BRIEF:
After finding the line with "f 66 239 240" in the data below, set down exactly each line through the one with "f 264 102 100", inclusive, and stop there.

----------------

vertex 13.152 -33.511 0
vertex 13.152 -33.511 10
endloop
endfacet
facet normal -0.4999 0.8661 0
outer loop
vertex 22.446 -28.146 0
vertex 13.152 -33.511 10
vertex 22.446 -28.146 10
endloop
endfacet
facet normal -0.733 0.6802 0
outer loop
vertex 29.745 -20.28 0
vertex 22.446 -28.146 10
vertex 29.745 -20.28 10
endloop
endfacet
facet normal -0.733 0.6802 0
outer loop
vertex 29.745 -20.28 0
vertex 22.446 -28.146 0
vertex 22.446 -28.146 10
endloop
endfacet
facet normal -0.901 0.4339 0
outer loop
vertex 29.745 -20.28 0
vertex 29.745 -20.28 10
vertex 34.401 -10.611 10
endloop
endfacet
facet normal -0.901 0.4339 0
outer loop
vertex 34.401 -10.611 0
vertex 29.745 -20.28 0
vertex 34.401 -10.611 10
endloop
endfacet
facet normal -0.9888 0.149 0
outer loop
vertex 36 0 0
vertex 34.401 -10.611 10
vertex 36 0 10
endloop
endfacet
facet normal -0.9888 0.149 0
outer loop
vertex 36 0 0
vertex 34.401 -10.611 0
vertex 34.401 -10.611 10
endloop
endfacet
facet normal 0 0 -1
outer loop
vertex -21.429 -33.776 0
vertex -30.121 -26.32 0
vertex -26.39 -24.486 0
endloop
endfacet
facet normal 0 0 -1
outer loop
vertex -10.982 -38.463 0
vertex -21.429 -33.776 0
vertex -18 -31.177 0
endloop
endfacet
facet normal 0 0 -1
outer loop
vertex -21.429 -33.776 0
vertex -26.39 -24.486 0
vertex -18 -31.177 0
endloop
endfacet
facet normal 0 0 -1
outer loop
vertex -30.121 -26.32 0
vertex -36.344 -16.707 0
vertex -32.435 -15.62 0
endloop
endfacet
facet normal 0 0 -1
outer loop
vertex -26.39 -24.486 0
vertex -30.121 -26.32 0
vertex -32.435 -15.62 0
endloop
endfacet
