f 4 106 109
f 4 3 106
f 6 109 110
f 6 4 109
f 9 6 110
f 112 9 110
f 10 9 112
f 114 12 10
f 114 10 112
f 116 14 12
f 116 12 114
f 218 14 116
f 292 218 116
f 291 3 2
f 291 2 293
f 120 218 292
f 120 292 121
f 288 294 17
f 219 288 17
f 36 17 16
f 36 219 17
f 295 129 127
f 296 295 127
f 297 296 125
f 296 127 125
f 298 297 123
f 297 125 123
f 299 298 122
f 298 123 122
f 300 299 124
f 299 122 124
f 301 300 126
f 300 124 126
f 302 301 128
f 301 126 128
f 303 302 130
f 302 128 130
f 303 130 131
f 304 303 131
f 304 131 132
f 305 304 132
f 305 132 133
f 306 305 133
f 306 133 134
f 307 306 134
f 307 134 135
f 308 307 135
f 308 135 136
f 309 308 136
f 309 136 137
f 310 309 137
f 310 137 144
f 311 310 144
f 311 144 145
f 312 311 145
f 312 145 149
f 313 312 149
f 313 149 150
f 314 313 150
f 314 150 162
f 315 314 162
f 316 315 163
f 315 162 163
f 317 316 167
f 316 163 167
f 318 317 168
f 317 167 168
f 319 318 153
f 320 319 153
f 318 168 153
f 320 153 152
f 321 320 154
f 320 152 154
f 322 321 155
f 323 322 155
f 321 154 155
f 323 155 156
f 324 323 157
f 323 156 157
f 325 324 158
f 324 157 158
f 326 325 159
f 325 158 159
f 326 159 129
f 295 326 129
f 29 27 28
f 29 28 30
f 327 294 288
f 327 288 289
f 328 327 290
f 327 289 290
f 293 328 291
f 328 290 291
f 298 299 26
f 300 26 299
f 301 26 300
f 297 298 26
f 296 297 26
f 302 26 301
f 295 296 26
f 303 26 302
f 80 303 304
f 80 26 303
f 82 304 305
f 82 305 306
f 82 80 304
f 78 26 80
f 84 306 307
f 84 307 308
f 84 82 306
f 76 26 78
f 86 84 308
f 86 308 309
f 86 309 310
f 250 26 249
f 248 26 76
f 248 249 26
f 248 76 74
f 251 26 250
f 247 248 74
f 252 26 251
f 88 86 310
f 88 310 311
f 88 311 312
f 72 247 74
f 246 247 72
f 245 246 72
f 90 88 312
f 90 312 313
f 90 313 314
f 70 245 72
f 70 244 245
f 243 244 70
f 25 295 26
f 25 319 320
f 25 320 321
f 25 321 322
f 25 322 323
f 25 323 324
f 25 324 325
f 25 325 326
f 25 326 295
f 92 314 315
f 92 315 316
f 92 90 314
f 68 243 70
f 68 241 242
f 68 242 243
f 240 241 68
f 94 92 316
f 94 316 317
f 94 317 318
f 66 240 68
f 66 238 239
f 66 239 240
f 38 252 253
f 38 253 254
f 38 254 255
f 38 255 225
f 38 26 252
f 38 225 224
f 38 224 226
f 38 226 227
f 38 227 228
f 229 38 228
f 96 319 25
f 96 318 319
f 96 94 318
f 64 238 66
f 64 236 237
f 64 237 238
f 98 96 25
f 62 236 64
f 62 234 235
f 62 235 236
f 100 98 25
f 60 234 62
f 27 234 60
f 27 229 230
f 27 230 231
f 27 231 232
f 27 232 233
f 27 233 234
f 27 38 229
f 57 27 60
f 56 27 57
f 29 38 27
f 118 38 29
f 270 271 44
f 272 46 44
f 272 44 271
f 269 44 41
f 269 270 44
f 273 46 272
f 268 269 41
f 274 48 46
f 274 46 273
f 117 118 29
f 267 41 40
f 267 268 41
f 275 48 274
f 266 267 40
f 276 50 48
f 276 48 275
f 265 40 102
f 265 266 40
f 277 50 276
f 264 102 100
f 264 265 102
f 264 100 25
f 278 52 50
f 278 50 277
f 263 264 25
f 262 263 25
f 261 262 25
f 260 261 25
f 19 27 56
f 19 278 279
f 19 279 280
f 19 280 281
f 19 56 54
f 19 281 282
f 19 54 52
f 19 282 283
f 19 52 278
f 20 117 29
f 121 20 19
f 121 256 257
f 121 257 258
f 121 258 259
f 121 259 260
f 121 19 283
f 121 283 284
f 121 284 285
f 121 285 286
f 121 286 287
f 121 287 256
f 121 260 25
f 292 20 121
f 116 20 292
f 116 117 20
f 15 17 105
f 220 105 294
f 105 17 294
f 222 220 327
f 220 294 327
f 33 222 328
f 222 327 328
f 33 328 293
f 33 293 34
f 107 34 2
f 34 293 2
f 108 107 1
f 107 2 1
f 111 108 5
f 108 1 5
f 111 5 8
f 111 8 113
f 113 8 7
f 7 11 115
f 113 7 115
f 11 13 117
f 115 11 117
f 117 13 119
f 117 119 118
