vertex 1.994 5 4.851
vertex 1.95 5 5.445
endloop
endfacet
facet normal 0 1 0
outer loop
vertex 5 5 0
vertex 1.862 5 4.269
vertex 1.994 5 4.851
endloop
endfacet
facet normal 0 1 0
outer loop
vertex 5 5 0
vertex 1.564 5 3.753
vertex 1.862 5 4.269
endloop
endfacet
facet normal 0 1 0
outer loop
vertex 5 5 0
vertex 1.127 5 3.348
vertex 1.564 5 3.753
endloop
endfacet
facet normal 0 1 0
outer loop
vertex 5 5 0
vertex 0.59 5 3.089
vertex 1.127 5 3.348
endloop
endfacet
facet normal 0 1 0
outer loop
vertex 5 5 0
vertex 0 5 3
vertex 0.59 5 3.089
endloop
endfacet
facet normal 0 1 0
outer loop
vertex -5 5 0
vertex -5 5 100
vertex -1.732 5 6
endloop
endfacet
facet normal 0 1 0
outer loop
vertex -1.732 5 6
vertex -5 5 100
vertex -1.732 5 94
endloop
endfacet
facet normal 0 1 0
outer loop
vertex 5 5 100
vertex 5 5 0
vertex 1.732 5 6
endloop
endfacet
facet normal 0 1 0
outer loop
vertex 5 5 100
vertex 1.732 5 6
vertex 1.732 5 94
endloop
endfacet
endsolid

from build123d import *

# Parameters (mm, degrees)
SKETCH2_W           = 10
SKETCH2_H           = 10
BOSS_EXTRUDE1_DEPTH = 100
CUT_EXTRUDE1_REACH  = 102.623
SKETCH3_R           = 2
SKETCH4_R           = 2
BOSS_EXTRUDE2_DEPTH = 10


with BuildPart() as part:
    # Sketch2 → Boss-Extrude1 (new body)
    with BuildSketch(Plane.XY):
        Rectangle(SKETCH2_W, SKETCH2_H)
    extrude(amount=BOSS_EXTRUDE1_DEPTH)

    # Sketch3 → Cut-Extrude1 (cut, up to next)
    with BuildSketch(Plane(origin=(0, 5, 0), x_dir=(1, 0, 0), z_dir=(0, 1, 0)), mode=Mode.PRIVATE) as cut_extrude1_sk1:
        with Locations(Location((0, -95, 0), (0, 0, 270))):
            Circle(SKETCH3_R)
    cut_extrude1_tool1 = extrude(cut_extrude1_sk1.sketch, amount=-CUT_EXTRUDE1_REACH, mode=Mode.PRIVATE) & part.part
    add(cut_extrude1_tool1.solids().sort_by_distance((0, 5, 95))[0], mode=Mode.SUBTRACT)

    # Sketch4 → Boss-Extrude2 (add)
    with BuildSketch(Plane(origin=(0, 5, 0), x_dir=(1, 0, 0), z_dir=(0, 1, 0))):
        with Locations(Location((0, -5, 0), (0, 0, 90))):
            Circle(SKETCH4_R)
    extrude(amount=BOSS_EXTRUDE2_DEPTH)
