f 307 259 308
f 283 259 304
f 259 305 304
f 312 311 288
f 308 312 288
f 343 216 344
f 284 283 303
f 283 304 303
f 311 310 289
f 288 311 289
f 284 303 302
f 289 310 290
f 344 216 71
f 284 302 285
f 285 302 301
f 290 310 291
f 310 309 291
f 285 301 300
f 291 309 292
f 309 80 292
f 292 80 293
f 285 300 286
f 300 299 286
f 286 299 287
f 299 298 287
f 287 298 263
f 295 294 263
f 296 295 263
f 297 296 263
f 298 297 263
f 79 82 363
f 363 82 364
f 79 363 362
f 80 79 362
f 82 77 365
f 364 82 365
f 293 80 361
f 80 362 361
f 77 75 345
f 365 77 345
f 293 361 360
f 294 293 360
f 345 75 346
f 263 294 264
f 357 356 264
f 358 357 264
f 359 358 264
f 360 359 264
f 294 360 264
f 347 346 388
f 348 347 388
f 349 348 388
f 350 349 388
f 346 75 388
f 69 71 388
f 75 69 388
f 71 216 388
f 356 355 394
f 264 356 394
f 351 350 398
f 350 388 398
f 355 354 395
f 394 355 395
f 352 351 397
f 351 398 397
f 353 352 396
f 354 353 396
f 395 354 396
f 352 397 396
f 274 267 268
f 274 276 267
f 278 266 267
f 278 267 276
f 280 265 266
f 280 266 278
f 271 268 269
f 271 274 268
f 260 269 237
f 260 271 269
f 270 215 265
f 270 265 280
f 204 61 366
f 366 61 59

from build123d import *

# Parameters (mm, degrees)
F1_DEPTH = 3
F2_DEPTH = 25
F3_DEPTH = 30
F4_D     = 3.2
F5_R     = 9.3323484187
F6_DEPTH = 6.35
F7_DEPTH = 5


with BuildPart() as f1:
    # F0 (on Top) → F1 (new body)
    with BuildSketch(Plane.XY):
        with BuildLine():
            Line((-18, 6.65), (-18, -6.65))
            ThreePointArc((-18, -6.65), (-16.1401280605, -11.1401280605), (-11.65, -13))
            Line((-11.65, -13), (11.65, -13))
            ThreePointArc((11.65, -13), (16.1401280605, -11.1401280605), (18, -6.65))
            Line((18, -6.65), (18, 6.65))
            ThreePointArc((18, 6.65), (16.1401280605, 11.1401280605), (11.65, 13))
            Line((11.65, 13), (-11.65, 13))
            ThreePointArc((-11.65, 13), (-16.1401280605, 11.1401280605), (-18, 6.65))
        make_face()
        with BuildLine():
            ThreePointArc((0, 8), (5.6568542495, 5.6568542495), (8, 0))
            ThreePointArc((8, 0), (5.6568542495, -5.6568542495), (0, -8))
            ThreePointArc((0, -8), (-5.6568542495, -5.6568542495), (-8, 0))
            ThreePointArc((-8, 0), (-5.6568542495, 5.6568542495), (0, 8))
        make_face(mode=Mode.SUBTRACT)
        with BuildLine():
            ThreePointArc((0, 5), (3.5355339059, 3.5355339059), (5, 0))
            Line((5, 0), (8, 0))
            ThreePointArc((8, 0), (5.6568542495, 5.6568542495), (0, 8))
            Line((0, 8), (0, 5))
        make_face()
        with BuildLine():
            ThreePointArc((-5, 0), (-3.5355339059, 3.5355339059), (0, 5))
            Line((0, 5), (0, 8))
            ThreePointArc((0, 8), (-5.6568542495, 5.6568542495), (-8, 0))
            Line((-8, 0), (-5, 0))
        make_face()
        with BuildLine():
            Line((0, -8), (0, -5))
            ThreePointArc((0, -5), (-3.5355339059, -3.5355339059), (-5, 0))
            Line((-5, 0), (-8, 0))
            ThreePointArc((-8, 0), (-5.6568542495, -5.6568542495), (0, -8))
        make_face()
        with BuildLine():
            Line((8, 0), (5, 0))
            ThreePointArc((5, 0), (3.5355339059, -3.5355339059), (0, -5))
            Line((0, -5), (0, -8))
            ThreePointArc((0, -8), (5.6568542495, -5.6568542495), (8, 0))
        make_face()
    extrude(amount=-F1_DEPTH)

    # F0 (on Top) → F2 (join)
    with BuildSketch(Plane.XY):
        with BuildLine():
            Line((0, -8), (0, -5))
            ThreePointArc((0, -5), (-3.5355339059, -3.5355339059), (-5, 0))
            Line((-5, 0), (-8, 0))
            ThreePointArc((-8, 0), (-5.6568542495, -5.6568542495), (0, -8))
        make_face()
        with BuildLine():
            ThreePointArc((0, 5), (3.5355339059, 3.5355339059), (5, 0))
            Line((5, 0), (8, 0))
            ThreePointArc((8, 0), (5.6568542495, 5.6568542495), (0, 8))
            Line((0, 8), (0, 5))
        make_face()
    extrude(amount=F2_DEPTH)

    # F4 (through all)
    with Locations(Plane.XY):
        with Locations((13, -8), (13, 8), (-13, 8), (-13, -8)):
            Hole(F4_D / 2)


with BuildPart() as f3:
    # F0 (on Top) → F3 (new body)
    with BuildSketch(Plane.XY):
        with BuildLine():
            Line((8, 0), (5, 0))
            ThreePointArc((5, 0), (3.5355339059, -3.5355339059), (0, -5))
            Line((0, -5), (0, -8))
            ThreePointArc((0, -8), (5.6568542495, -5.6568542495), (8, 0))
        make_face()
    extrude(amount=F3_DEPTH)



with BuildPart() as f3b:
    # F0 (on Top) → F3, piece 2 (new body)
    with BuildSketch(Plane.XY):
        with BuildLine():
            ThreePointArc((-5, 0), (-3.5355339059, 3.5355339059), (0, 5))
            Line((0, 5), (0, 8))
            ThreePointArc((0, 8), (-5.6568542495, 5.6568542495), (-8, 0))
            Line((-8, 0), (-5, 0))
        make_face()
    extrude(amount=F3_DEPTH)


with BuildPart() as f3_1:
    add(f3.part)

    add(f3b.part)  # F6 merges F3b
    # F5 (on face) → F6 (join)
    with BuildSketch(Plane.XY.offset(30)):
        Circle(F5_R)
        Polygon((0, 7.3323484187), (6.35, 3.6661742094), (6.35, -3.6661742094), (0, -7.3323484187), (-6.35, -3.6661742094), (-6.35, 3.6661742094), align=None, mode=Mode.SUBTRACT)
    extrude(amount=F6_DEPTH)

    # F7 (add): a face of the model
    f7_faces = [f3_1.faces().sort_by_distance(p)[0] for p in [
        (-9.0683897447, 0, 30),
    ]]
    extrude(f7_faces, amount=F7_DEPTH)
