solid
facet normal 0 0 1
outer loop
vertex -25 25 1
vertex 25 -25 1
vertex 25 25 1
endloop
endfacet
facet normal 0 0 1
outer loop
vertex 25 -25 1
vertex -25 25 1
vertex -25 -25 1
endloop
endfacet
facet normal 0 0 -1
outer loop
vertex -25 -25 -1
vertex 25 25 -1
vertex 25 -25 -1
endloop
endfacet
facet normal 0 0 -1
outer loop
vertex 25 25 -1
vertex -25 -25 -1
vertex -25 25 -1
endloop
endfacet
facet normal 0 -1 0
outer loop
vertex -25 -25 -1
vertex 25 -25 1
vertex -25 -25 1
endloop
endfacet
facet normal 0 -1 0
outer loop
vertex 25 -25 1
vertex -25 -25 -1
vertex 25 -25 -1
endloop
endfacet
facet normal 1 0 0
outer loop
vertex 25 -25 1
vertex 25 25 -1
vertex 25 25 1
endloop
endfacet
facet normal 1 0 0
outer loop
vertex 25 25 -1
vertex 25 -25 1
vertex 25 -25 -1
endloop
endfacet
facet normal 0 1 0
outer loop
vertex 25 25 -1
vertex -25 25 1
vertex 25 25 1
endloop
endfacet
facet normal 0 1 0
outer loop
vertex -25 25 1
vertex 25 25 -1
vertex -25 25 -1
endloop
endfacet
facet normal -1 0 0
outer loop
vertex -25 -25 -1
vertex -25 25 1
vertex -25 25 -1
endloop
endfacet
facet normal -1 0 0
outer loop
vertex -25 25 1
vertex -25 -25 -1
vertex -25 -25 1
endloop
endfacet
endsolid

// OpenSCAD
// Parameters for the flat square plate
plate_size = 50; // Length of one side of the square
plate_thickness = 2; // Thickness of the plate

// Function to create a flat square plate
module flat_square_plate() {
    cube([plate_size, plate_size, plate_thickness], center = true);
}

// Generate the flat square plate
flat_square_plate();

----------------

EXERCISE OUTPUT:
f 66 239 240
f 38 252 253
f 38 253 254
f 38 254 255
f 38 255 225
f 38 26 252
f 38 225 224
f 38 224 226
f 38 226 227
f 38 227 228
f 229 38 228
f 96 319 25
f 96 318 319
f 96 94 318
f 64 238 66
f 64 236 237
f 64 237 238
f 98 96 25
f 62 236 64
f 62 234 235
f 62 235 236
f 100 98 25
f 60 234 62
f 27 234 60
f 27 229 230
f 27 230 231
f 27 231 232
f 27 232 233
f 27 233 234
f 27 38 229
f 57 27 60
f 56 27 57
f 29 38 27
f 118 38 29
f 270 271 44
f 272 46 44
f 272 44 271
f 269 44 41
f 269 270 44
f 273 46 272
f 268 269 41
f 274 48 46
f 274 46 273
f 117 118 29
f 267 41 40
f 267 268 41
f 275 48 274
f 266 267 40
f 276 50 48
f 276 48 275
f 265 40 102
f 265 266 40
f 277 50 276
f 264 102 100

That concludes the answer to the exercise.